> _To do_: Scan the material for the word "CenterArc" and return every matching line.

Segment Start: Supplied information

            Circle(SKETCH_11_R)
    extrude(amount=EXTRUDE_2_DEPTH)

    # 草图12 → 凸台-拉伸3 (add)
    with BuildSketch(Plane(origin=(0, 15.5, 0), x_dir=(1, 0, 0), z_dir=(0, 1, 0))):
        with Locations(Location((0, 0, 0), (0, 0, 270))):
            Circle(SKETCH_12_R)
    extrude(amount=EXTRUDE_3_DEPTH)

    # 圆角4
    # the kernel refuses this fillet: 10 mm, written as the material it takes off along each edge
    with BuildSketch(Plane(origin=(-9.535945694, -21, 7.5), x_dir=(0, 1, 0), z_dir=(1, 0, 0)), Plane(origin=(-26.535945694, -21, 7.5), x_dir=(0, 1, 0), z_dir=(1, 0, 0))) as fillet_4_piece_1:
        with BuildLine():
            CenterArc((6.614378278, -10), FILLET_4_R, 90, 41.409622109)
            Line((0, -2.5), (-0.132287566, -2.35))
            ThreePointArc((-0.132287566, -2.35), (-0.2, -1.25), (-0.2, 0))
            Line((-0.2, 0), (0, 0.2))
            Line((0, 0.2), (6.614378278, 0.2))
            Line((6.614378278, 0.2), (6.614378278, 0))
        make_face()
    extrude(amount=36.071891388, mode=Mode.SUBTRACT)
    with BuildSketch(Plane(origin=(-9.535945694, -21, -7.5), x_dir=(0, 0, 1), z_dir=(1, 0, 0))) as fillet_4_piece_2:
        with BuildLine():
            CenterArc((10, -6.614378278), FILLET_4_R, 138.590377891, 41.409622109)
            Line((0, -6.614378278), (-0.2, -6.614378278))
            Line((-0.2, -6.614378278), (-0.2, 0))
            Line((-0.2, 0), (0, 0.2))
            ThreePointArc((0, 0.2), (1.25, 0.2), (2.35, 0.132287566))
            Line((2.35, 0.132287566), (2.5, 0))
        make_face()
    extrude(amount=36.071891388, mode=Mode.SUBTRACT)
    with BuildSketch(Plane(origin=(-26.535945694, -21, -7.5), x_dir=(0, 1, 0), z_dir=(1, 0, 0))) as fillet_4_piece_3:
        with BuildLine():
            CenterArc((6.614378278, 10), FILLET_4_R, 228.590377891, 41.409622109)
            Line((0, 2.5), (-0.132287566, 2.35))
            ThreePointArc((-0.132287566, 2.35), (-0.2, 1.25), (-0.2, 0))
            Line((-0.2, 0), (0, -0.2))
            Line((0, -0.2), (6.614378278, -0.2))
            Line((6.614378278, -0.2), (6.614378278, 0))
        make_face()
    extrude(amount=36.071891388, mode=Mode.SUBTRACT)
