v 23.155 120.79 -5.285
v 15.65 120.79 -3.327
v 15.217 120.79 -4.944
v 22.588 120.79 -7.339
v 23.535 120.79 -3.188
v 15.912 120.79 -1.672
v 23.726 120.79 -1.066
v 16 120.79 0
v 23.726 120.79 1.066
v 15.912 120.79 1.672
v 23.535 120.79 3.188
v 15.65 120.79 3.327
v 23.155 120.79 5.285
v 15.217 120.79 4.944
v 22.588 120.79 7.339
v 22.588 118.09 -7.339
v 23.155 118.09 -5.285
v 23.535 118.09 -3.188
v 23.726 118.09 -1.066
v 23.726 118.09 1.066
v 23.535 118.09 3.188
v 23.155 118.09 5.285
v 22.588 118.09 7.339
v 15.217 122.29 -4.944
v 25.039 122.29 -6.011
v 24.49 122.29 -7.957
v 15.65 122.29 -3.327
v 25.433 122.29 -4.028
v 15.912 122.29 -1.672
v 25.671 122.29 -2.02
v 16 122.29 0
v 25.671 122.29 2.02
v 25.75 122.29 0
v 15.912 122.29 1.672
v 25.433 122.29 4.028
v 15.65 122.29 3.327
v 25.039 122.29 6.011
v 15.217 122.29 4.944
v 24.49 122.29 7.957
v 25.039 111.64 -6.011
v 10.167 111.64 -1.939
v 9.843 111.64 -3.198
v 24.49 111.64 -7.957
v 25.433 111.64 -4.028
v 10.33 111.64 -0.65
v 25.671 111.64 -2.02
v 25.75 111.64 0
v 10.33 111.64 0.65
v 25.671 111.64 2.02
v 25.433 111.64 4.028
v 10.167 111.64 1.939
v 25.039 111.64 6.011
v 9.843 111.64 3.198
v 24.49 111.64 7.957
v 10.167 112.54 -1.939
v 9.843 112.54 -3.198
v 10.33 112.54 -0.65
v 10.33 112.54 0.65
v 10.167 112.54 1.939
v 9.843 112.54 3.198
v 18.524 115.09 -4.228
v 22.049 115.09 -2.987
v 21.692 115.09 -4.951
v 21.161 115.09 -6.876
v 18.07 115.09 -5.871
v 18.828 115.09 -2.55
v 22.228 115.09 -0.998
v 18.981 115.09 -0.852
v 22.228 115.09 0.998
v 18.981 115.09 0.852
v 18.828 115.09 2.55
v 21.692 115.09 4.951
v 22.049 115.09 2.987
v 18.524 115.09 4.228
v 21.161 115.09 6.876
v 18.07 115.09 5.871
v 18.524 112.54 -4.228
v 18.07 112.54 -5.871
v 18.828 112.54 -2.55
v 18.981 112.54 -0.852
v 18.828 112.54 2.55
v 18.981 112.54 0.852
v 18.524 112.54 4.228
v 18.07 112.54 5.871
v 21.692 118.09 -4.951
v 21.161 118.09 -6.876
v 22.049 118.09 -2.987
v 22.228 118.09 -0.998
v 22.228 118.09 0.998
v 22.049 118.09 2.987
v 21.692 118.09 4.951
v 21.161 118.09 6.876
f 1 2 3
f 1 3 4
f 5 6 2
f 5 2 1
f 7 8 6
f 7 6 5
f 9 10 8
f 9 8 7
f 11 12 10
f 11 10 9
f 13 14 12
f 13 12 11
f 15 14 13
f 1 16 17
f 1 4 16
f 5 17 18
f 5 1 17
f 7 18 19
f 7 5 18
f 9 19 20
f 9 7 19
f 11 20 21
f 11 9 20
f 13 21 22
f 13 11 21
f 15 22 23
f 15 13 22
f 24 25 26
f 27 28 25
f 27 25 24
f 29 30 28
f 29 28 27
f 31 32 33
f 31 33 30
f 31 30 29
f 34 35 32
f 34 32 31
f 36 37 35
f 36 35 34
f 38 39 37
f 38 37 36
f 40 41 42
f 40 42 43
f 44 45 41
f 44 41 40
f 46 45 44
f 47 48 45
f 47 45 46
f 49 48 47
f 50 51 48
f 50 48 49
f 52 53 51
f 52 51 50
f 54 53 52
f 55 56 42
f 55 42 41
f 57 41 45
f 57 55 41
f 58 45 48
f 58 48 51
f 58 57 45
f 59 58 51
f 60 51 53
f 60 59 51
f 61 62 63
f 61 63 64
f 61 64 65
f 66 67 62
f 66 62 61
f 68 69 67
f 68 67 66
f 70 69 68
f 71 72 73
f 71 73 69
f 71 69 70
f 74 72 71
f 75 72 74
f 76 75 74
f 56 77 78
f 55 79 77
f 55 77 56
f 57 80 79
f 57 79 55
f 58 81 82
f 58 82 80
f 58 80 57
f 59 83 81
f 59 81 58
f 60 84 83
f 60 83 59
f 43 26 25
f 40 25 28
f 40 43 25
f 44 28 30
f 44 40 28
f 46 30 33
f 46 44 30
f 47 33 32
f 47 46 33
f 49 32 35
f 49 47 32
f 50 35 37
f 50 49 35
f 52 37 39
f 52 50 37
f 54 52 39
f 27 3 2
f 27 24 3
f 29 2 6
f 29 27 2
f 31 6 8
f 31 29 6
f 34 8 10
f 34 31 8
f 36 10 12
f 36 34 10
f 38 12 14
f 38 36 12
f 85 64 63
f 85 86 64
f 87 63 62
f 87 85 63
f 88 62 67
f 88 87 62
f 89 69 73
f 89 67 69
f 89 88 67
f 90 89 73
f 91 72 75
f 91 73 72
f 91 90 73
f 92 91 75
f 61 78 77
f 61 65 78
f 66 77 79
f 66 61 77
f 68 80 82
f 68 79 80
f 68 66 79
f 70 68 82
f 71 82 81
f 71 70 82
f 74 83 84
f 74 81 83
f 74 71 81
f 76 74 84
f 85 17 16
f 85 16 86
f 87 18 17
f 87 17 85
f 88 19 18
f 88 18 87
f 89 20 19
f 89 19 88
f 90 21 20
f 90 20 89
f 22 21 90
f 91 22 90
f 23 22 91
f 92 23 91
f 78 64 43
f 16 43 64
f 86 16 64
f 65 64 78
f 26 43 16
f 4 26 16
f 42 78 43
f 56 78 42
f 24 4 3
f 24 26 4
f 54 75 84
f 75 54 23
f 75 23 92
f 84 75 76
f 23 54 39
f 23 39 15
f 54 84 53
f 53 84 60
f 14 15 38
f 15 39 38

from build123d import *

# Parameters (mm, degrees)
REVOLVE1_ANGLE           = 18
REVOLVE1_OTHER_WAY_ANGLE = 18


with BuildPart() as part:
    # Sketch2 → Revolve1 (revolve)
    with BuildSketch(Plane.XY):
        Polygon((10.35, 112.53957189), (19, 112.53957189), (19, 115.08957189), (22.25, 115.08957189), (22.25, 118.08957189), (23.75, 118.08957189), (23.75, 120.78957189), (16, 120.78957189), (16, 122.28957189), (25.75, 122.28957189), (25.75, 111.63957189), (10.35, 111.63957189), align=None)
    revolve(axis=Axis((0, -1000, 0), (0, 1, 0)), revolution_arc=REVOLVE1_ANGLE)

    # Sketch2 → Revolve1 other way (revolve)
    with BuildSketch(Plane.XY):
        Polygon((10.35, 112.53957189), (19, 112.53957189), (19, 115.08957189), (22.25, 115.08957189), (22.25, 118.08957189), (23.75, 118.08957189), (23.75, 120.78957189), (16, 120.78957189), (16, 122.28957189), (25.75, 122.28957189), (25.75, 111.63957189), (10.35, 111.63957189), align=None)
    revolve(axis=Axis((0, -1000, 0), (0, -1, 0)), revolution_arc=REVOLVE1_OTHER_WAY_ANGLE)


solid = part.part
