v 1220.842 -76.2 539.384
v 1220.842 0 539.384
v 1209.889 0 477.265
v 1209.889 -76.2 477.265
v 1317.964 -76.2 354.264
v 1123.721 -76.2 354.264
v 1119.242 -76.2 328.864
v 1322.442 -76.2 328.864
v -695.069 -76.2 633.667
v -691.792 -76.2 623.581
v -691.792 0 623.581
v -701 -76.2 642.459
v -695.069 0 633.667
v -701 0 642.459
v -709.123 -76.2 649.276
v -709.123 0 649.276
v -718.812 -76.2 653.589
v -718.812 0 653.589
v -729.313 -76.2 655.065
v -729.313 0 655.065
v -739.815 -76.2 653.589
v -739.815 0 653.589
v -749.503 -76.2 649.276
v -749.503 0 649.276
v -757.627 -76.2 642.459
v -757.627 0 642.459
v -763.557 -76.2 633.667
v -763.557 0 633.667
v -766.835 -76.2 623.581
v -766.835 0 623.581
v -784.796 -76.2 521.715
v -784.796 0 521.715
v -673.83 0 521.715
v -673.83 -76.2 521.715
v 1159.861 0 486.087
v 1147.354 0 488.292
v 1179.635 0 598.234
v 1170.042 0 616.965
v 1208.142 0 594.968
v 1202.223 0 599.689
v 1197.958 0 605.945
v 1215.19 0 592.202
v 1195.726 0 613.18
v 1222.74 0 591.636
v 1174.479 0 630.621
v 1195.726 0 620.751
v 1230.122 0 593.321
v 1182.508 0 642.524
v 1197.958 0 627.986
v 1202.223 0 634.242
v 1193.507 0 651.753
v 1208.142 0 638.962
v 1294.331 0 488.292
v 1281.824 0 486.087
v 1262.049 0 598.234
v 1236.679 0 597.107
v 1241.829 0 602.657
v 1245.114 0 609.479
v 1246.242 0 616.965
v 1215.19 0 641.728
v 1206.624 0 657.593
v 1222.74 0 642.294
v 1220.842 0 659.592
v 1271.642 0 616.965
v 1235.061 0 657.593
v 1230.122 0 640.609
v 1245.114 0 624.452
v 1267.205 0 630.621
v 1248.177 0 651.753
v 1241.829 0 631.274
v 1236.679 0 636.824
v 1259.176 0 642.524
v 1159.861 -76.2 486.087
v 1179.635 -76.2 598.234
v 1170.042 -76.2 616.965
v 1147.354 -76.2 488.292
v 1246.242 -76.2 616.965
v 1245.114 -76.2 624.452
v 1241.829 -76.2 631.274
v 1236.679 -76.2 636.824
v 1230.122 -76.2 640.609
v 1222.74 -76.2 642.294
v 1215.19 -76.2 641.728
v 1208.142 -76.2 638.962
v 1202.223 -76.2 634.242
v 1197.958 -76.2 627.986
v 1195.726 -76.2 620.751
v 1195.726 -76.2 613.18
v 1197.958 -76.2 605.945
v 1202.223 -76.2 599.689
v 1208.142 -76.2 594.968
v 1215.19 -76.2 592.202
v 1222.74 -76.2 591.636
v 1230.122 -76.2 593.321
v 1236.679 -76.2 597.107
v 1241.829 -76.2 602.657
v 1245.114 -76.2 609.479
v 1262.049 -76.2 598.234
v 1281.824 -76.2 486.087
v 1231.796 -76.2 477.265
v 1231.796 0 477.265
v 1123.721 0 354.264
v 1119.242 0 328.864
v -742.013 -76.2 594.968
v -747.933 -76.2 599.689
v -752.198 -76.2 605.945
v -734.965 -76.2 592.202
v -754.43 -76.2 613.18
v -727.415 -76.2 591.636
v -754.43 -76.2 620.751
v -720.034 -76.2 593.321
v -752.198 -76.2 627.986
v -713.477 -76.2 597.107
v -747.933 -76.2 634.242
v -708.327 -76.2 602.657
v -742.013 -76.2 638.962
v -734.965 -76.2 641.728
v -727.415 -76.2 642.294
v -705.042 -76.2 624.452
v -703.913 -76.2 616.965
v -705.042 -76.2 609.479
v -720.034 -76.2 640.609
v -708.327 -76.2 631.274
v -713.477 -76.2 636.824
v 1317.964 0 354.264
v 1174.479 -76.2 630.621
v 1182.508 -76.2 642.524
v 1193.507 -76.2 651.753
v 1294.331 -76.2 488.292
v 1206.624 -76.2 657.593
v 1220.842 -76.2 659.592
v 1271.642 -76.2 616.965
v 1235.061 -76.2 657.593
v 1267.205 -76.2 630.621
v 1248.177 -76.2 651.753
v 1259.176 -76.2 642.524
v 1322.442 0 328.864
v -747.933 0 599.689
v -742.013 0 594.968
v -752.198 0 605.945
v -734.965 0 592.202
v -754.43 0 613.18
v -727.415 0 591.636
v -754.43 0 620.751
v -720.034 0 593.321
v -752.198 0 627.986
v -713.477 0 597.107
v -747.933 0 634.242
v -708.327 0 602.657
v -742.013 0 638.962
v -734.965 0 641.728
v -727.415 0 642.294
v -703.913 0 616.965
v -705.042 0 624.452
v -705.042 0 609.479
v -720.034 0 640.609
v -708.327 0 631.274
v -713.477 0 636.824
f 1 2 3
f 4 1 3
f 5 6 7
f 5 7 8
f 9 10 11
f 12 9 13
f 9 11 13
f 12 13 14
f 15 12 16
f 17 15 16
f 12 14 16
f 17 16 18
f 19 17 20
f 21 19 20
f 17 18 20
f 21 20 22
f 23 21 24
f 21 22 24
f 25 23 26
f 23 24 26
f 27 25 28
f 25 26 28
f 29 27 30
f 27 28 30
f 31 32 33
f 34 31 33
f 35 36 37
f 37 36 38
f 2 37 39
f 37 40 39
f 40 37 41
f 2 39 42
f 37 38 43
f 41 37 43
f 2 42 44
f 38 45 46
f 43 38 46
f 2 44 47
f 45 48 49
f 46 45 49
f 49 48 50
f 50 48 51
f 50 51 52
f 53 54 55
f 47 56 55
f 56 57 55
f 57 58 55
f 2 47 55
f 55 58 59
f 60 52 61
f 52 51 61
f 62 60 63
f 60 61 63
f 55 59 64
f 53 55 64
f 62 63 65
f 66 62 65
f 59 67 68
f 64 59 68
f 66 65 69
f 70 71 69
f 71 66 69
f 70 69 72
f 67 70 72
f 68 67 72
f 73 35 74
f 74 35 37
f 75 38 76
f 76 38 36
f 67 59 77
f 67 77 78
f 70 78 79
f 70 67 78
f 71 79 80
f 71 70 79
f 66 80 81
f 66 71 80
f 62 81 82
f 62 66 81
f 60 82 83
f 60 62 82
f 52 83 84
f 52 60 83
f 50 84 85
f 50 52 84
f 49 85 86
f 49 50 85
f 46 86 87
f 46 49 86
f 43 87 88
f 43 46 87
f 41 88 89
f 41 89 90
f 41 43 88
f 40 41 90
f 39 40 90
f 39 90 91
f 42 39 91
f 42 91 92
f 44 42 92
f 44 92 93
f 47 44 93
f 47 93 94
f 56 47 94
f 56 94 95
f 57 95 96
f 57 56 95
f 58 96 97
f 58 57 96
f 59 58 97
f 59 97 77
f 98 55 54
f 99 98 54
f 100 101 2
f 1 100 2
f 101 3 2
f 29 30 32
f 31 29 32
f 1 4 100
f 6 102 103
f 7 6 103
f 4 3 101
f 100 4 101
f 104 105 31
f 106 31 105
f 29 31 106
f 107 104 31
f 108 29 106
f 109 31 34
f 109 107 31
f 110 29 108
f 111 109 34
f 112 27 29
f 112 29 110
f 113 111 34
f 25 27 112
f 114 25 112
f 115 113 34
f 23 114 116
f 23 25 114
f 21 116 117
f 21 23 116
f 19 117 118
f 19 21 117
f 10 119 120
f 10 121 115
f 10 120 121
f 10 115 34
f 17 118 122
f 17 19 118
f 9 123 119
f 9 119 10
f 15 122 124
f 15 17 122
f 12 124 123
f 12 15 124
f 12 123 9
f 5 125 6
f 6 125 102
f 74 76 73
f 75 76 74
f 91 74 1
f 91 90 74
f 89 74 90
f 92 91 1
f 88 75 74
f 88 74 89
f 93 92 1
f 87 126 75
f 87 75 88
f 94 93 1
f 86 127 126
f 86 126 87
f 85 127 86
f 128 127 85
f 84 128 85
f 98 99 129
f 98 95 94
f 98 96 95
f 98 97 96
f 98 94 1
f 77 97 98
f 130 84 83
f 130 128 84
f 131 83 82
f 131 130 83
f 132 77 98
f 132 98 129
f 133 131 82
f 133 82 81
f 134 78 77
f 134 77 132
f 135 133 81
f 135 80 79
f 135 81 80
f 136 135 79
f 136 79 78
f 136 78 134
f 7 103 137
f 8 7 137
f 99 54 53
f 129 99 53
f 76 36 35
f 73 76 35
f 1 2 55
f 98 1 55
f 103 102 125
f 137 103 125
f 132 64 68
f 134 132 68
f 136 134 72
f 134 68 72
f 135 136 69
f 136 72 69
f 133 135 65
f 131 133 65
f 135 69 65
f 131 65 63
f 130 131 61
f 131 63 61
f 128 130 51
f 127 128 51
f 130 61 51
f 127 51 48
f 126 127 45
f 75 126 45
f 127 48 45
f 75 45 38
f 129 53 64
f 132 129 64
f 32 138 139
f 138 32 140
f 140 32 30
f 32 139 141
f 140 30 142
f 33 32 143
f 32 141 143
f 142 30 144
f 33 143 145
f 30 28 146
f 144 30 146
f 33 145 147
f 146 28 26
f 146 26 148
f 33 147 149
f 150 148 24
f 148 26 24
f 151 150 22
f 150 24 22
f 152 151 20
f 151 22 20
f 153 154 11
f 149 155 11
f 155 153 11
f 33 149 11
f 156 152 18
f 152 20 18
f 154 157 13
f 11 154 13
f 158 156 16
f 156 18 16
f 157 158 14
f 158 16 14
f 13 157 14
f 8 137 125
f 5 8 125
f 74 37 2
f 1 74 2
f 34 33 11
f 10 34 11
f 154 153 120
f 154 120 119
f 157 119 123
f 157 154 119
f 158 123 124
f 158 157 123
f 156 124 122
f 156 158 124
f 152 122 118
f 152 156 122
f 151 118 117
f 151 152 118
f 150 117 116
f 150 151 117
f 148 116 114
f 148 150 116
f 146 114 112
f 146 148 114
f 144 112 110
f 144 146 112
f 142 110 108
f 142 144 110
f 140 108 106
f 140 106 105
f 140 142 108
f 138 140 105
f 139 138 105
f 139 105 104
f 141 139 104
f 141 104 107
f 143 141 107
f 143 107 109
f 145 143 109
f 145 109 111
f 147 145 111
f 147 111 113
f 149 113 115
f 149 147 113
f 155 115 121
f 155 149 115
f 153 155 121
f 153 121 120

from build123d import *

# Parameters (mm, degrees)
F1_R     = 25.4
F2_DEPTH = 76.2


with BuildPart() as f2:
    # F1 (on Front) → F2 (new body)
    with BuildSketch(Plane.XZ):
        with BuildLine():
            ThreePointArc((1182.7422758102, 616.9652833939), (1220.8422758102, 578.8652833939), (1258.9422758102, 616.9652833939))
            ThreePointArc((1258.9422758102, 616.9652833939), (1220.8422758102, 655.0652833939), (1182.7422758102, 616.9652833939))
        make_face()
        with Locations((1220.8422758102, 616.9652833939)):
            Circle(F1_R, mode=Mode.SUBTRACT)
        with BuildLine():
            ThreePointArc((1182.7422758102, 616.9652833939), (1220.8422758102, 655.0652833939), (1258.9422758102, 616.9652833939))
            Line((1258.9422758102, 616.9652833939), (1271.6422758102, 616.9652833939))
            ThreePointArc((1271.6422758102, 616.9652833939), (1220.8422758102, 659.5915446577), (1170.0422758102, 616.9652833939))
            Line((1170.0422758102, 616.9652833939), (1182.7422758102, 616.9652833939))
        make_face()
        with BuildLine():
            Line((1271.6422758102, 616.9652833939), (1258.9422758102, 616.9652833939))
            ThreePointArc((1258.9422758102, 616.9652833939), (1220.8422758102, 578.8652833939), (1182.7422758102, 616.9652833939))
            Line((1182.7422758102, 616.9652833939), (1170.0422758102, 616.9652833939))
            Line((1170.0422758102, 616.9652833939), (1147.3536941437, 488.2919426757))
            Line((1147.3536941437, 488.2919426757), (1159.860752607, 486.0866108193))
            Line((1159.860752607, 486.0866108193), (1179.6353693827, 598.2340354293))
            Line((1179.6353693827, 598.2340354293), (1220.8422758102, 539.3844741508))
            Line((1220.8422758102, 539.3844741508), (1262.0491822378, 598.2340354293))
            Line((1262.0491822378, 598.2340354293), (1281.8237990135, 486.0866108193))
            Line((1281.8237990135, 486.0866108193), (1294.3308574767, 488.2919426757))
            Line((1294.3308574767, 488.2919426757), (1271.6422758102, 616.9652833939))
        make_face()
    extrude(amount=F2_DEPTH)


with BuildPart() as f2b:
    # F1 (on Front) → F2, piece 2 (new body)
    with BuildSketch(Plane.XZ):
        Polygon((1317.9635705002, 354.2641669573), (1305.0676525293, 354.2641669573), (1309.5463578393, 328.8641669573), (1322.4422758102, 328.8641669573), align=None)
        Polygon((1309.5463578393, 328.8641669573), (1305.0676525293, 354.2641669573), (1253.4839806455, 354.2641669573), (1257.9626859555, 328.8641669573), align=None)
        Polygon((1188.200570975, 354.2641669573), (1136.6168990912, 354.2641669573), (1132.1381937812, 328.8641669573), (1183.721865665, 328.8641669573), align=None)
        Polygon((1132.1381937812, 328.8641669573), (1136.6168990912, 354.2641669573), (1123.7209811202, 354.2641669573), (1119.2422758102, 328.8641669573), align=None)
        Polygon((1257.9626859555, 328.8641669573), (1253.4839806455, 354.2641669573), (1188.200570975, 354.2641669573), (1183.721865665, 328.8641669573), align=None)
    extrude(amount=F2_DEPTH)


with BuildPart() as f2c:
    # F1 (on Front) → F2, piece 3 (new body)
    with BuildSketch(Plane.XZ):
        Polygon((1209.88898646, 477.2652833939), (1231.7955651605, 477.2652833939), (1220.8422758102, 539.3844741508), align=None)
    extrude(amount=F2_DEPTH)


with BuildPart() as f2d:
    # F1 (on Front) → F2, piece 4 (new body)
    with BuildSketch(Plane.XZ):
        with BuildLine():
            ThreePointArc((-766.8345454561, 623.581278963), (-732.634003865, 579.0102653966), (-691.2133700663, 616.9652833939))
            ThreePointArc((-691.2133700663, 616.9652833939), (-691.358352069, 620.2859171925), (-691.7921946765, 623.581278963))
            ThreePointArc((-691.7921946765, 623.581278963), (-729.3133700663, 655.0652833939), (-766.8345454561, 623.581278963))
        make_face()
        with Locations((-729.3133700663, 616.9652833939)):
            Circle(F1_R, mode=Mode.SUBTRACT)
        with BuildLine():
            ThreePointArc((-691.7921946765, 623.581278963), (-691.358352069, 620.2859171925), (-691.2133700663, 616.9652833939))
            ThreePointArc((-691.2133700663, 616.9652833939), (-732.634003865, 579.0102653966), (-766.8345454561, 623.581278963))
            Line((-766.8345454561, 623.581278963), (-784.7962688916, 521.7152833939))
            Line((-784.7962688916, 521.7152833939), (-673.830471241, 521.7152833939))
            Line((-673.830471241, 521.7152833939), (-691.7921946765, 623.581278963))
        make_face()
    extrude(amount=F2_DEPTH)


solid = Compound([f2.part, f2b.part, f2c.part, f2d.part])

Segment End: Supplied information

> _Result of this task_:
            CenterArc((6.614378278, -10), FILLET_4_R, 90, 41.409622109)
            CenterArc((10, -6.614378278), FILLET_4_R, 138.590377891, 41.409622109)
            CenterArc((6.614378278, 10), FILLET_4_R, 228.590377891, 41.409622109)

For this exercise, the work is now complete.